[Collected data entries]

· · · · ·

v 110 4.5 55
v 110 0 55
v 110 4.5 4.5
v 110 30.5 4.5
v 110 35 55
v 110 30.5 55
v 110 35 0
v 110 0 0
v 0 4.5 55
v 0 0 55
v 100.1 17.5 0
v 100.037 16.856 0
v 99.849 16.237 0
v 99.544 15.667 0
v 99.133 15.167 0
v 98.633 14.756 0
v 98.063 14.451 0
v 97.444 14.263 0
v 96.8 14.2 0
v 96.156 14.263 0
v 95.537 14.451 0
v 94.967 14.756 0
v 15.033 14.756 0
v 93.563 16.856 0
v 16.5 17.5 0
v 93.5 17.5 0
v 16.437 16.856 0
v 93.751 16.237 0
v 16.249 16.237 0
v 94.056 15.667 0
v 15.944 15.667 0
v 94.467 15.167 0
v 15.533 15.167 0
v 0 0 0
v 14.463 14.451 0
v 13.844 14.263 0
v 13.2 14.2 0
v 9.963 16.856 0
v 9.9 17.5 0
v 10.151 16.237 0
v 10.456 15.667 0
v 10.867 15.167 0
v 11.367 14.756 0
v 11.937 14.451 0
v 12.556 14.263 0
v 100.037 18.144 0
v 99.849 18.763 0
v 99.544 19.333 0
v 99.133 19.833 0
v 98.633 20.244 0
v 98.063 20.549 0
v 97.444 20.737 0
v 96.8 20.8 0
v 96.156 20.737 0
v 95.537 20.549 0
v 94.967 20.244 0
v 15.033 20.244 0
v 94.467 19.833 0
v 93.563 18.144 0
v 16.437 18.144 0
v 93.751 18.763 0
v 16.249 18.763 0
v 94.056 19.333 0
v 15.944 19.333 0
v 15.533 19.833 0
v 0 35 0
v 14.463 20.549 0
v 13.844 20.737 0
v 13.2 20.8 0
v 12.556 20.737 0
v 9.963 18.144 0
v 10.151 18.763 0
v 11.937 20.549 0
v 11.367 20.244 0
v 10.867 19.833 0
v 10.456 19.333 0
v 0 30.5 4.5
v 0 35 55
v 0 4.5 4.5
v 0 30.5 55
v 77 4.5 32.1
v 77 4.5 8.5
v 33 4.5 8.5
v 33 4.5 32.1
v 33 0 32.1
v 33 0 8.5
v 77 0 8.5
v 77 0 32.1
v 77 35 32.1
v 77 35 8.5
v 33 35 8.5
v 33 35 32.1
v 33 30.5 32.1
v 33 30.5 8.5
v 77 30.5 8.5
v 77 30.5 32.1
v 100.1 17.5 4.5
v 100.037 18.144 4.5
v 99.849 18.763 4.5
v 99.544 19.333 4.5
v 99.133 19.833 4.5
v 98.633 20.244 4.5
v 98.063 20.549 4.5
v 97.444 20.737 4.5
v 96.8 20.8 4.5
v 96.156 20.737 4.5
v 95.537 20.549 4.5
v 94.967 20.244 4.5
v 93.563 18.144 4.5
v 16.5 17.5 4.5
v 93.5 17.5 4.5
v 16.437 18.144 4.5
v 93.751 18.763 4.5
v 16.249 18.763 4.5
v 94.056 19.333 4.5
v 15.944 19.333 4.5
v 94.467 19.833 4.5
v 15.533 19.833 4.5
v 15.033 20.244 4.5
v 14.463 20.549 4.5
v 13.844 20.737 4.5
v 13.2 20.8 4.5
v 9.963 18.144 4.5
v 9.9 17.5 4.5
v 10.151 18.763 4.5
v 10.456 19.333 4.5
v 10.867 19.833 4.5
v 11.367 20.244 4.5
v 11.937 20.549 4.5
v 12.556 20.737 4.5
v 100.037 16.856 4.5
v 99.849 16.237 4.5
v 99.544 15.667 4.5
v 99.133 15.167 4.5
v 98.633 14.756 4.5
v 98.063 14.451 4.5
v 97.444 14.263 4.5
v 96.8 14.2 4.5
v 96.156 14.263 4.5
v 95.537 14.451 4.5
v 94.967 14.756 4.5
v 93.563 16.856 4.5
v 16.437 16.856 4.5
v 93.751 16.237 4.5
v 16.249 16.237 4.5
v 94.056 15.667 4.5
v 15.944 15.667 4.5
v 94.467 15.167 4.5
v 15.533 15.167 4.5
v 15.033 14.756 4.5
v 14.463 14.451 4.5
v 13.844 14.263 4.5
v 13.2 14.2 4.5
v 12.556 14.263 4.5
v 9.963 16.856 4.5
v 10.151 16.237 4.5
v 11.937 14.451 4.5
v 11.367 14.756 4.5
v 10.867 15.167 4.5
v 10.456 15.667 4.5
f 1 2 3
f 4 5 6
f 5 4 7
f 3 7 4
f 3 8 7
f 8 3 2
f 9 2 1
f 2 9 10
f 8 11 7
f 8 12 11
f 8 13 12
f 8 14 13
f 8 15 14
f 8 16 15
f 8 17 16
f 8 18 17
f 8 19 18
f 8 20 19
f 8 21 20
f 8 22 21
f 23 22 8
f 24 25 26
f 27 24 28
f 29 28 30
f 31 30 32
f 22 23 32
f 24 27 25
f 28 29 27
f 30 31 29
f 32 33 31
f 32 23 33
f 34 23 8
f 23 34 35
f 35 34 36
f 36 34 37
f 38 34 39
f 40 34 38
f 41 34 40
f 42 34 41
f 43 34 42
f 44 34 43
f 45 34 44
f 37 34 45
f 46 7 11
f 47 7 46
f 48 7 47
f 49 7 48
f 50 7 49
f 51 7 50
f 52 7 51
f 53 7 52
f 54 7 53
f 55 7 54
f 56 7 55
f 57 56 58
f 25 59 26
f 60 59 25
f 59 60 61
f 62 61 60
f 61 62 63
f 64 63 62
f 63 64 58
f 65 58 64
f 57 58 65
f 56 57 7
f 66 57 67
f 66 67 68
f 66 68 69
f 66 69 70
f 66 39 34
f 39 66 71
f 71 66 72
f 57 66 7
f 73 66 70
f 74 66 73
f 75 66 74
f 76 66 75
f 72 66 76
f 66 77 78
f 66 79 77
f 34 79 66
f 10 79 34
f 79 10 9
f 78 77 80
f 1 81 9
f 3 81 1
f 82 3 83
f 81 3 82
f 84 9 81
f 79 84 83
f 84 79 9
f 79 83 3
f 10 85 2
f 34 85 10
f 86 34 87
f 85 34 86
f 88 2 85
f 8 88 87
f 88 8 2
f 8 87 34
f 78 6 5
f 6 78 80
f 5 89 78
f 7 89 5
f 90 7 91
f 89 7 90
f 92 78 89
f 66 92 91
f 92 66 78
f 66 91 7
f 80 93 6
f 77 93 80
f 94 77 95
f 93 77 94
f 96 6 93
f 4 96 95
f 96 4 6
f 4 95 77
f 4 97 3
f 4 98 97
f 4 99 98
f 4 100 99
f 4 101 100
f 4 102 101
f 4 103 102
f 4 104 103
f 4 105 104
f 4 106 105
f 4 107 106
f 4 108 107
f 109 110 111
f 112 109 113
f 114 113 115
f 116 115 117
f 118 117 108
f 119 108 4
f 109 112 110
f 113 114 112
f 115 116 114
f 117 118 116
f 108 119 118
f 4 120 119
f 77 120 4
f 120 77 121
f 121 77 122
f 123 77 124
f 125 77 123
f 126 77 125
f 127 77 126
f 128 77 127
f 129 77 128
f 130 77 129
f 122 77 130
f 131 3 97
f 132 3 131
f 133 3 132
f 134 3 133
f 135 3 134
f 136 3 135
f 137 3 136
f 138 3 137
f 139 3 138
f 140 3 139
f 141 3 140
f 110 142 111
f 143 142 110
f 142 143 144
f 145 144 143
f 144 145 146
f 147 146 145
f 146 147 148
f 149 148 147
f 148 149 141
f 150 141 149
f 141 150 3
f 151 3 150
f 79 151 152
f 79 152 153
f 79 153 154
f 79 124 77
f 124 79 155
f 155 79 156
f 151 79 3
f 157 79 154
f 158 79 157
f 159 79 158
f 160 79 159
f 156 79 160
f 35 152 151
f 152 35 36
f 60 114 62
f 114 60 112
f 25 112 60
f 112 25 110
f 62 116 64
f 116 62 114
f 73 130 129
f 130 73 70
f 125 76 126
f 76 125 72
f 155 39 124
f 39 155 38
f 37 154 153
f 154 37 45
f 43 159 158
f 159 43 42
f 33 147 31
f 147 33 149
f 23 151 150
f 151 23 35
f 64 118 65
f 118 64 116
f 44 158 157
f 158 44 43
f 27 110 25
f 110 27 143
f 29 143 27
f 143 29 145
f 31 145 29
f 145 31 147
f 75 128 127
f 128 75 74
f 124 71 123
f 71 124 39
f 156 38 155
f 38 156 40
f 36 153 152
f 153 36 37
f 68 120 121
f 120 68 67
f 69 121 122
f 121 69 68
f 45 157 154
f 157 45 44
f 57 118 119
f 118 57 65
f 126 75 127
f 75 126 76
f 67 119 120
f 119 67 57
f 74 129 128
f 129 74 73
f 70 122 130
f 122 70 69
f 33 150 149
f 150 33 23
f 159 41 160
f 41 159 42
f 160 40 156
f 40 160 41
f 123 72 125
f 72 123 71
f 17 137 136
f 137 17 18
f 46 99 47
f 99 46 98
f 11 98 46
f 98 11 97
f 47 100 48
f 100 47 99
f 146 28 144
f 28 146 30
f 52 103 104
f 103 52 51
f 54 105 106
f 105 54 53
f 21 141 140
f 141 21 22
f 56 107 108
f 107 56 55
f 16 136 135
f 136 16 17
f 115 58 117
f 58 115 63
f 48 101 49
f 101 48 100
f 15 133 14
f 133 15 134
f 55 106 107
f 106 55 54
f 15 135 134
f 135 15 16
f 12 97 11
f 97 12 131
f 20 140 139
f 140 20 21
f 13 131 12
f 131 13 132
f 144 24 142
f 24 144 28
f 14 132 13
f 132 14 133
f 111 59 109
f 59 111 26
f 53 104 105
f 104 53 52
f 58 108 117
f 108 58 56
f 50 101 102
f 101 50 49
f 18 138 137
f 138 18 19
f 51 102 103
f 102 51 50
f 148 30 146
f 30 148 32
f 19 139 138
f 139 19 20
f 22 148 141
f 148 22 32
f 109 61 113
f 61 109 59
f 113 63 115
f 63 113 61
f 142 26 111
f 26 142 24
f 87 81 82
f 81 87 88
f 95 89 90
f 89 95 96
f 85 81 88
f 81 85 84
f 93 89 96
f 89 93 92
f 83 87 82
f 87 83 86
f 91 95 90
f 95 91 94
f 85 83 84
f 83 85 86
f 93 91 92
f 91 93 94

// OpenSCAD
$fn = 32;

// ----------------------------------------------------------------------
// U-bracket: 110 x 35 x 55 mm
// ----------------------------------------------------------------------

// --- parameters (mm) ---
length = 110;             // outer length, X
width = 35;               // outer width, Y
height = 55;              // upright height, Z
thick = 4.5;              // wall thickness
hole_d = 6.6;             // clearance for M6
window_l = 44;            // window length
window_h = 23.6;          // window height

module hole_z(px, py) {
  translate([px, py, -0.5]) cylinder(h = thick + 1, d = hole_d);
}
module hole_y_pz(pz) {
  /* through both uprights along Y */
  translate([0, -0.5, pz]) rotate([-90, 0, 0]) cylinder(h = width + 1, d = hole_d);
}

module base() {
  cube([length, width, thick]);
}

module uprights() {
  cube([length, thick, height]);
  translate([0, width - thick, 0]) cube([length, thick, height]);
}

difference() {
  union() {
    base();
    uprights();
  }
  hole_z(13.2, 17.5);
  hole_z(96.8, 17.5);
  /* lightening window through both uprights */
  translate([length / 2 - window_l / 2, -1, thick + 4])
    cube([window_l, width + 2, window_h]);
}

· · · · ·

-- TRY IT --
Nothing but the lines above from the one containing "f 114 60 112" through the one containing "f 124 71 123" should appear in the answer, each repeated exactly.

-- RESULT OF THE EXERCISE --
f 114 60 112
f 25 112 60
f 112 25 110
f 62 116 64
f 116 62 114
f 73 130 129
f 130 73 70
f 125 76 126
f 76 125 72
f 155 39 124
f 39 155 38
f 37 154 153
f 154 37 45
f 43 159 158
f 159 43 42
f 33 147 31
f 147 33 149
f 23 151 150
f 151 23 35
f 64 118 65
f 118 64 116
f 44 158 157
f 158 44 43
f 27 110 25
f 110 27 143
f 29 143 27
f 143 29 145
f 31 145 29
f 145 31 147
f 75 128 127
f 128 75 74
f 124 71 123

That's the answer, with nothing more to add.